Published online by Cambridge University Press: 31 July 2009
Introduction
Lesch–Nyhan disease, the most common and most thoroughly studied of the disorders of purine metabolism, was first described as a syndrome in 1964 (Lesch & Nyhan, 1964). The initial two patients were brothers, an early indication of the X-linked recessive nature of the disease, which shortly became evident with the study of the pedigrees of families with numbers of affected males (Nyhan et al., 1967). The older brother of the proband was in an institution with a diagnosis of mental retardation and cerebral palsy, when the younger brother was admitted with hematuria and found to have hyperuricemia and uricosuria and had bizarre and compulsive, self-mutilative biting. Both brothers exhibited involuntary choreoathetoid movements. A hallmark feature of the disease has continued to be loss of tissue resulting from biting or some other form of self-injurious behavior. Biochemical studies identified that the uric acid pool was enlarged and its turnover was abnormally rapid.
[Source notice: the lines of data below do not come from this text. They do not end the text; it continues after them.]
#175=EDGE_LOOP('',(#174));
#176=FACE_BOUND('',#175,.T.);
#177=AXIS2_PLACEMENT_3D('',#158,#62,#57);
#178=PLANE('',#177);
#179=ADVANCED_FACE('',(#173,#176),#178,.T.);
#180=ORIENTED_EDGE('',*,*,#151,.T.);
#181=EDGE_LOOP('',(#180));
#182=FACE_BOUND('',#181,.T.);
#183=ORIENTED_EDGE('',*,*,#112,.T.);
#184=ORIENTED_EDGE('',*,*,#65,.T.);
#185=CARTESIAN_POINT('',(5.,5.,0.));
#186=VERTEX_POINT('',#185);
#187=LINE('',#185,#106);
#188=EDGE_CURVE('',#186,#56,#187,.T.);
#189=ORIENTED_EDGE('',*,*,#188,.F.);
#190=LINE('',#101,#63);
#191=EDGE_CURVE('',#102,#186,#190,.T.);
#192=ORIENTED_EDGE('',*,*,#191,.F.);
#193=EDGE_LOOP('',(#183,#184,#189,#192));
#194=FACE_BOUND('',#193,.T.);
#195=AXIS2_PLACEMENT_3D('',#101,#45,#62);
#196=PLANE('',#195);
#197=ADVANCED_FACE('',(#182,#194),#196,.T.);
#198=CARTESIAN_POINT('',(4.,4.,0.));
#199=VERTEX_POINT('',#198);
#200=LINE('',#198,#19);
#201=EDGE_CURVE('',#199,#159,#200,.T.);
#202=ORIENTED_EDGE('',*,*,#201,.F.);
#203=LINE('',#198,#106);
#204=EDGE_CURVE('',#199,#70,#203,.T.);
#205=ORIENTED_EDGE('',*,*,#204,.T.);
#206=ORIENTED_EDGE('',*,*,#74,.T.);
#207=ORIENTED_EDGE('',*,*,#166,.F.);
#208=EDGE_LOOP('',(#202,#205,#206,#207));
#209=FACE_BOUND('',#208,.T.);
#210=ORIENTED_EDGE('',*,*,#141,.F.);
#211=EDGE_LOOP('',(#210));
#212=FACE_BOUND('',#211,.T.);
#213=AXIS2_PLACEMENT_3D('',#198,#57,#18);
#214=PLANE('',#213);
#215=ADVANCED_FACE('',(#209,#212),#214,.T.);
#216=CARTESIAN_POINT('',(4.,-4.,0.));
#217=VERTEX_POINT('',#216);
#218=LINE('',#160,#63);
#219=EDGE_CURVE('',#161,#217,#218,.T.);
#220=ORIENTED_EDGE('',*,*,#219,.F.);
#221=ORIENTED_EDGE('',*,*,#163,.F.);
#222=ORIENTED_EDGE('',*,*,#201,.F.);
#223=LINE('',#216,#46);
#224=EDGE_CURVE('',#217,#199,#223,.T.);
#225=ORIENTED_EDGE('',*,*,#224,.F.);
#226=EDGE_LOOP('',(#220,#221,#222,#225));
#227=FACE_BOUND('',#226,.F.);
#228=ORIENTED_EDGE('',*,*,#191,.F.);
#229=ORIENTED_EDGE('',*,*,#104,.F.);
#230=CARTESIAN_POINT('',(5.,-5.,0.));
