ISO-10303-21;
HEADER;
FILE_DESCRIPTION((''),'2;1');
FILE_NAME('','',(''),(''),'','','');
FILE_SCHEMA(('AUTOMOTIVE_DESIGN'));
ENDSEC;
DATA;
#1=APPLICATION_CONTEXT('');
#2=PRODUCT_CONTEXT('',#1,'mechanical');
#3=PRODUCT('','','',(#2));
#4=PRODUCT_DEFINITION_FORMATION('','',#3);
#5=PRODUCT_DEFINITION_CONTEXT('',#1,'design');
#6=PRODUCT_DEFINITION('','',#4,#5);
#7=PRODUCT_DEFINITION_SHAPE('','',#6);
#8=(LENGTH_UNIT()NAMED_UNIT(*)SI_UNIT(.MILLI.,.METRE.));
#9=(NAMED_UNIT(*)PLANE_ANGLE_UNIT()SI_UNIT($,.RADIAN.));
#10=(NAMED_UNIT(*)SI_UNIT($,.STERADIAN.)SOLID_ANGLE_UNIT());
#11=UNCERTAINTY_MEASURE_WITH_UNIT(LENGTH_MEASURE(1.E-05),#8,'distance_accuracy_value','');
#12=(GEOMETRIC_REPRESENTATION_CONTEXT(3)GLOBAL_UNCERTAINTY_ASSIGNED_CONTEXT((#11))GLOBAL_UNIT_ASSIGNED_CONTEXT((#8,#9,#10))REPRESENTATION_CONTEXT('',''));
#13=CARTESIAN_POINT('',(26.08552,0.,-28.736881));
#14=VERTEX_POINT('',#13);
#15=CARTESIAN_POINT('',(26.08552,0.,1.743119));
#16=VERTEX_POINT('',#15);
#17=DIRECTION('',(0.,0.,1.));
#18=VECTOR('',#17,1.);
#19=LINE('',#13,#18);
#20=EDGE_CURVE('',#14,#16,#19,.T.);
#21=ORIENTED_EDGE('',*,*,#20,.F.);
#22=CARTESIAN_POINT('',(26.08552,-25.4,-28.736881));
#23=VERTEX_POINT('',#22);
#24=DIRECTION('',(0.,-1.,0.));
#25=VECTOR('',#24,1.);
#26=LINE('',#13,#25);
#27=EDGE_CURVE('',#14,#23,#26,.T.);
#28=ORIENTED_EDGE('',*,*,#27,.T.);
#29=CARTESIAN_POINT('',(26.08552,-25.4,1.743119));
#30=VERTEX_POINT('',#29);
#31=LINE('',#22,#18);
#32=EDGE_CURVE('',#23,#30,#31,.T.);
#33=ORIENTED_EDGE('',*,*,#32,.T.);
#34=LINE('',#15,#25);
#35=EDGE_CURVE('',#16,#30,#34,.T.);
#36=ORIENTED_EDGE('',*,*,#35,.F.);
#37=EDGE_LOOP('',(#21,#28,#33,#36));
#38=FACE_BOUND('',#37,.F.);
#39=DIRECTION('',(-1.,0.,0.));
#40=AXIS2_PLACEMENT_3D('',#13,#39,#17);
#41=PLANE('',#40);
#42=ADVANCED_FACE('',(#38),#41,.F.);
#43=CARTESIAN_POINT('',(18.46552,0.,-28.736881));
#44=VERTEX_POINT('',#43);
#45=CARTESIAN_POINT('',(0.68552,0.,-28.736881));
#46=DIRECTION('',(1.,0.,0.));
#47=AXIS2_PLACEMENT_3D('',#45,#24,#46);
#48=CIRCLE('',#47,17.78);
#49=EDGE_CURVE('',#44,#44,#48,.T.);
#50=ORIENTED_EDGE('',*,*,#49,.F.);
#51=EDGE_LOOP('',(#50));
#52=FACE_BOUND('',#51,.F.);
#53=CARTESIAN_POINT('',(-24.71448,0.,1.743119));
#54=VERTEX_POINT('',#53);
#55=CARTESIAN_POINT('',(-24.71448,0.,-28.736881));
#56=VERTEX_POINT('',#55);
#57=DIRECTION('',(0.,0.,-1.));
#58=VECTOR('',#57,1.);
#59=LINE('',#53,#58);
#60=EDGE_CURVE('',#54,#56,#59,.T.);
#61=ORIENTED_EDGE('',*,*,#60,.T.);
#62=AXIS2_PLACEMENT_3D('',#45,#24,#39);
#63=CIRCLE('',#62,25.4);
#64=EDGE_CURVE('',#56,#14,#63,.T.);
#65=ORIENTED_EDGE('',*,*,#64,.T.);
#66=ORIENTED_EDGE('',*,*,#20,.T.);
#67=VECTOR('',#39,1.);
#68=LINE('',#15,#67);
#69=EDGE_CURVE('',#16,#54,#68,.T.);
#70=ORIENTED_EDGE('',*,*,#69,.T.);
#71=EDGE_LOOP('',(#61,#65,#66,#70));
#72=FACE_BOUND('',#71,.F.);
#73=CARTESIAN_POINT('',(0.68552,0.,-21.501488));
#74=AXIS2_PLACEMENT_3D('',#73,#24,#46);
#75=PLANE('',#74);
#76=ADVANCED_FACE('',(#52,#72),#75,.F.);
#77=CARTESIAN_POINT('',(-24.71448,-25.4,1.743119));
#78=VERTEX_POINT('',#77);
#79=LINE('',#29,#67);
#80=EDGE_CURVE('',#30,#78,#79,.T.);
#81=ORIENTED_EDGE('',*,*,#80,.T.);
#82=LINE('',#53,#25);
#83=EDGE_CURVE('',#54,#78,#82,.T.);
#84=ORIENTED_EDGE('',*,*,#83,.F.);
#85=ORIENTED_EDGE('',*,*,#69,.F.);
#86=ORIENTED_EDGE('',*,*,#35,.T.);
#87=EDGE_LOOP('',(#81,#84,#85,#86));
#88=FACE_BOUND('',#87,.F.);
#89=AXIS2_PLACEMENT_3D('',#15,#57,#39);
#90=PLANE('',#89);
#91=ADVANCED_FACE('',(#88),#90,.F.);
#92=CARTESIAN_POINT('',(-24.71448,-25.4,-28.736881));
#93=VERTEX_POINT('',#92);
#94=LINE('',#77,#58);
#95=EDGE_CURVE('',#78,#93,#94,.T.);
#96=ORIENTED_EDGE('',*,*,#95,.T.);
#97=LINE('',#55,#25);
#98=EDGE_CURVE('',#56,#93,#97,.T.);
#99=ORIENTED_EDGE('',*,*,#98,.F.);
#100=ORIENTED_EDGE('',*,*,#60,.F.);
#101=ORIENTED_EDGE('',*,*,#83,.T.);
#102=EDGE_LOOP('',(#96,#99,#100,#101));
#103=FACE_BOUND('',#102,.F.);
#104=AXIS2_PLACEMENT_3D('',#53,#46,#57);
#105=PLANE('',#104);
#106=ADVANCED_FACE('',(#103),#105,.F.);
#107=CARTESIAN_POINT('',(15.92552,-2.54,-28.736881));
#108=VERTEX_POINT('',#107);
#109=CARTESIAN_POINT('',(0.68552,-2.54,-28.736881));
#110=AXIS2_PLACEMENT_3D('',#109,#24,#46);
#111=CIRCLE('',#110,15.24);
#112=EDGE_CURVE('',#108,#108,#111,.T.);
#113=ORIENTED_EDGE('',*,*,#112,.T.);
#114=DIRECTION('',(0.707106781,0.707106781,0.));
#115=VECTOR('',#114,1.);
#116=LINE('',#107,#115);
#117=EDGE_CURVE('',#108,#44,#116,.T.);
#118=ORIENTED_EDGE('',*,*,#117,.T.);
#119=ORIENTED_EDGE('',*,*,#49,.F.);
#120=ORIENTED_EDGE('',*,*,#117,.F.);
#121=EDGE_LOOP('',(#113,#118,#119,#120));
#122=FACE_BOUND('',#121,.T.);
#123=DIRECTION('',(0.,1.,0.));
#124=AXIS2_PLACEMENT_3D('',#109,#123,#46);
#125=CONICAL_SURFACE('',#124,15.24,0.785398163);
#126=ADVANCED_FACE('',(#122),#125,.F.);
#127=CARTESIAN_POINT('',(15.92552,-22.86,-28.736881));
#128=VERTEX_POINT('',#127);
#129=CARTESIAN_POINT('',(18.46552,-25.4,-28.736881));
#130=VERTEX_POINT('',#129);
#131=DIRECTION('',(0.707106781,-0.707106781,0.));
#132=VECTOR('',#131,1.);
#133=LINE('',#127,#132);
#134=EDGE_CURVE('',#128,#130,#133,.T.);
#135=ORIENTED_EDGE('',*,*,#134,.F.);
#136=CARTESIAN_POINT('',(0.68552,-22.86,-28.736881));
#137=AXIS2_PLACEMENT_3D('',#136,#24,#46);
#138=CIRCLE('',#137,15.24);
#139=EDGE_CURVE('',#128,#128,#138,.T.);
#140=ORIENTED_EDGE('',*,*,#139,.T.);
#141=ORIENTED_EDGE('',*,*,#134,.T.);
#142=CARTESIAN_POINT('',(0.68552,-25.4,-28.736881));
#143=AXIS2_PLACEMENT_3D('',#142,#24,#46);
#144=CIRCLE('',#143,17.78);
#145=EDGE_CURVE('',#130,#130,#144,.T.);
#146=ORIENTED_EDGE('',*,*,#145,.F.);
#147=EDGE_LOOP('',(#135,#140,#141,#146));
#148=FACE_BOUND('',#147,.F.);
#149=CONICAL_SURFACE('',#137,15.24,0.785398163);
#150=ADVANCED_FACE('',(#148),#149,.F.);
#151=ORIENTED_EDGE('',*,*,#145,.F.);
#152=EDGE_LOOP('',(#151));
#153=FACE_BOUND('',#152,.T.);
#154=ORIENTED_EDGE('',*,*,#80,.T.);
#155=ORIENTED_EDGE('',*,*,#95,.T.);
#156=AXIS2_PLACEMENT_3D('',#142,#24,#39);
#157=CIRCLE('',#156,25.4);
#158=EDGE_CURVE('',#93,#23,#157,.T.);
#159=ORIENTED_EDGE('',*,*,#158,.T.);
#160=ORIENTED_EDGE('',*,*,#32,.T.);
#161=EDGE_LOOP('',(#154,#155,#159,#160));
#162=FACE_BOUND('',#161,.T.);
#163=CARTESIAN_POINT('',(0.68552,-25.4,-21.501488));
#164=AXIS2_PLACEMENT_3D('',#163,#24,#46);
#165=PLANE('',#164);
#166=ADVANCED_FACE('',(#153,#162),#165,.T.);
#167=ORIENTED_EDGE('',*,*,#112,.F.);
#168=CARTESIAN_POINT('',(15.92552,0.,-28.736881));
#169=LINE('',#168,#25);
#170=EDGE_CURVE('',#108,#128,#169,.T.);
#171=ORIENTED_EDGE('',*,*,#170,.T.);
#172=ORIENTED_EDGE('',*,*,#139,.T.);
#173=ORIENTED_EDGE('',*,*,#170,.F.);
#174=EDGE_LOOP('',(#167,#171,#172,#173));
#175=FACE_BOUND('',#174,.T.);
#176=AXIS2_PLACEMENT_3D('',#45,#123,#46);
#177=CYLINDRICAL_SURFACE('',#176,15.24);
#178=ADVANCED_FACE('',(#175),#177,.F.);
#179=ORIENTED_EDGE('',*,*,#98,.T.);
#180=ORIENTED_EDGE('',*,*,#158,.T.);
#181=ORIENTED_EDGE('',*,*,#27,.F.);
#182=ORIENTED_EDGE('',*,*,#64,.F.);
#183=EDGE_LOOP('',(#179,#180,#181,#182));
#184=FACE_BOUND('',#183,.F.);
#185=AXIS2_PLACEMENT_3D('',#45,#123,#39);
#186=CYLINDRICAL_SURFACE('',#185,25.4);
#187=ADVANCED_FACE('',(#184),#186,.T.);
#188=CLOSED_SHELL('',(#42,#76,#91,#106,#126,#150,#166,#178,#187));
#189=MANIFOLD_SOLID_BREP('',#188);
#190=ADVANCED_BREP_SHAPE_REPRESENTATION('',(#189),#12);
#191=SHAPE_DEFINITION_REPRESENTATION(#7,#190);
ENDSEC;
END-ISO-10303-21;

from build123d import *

# Parameters (mm, degrees)
F0_R     = 15.24
F1_DEPTH = 25.4
F2_SIZE  = 2.54


with BuildPart() as f1:
    # F0 (on Front) → F1 (new body)
    with BuildSketch(Plane.XZ):
        with BuildLine():
            Line((26.08552, 1.743119), (-24.71448, 1.743119))
            Line((-24.71448, 1.743119), (-24.71448, -28.736881))
            ThreePointArc((-24.71448, -28.736881), (0.68552, -54.136881), (26.08552, -28.736881))
            Line((26.08552, -28.736881), (26.08552, 1.743119))
        make_face()
        with Locations((0.68552, -28.736881)):
            Circle(F0_R, mode=Mode.SUBTRACT)
    extrude(amount=F1_DEPTH)

    # F2
    f2_edges = [f1.edges().sort_by_distance(p)[0] for p in [
        (-14.55448, -25.4, -28.736881),
        (-14.55448, 0, -28.736881),
    ]]
    chamfer(f2_edges, length=F2_SIZE)


solid = f1.part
The overproduction of purine from an intravenous glycine precursor was 20 times the normal value (Nyhan, 1968), whereas in adults with gouty arthritis the greatest rates of de novo synthesis of purines observed were twice the normal value.
The molecular defect is the virtually complete absence of activity of the enzyme hypoxanthine guanine phosphoribosyl transferase (HPRT) (Fig. 24.1) (Seegmiller et al., 1967). HPRT catalyzes the reaction in which the purine bases, hypoxanthine and guanine, are converted in what has been referred to as a salvage or reutilization pathway to their respective nucleotides, inosinic acid (IMP) and guanylic acid (GMP).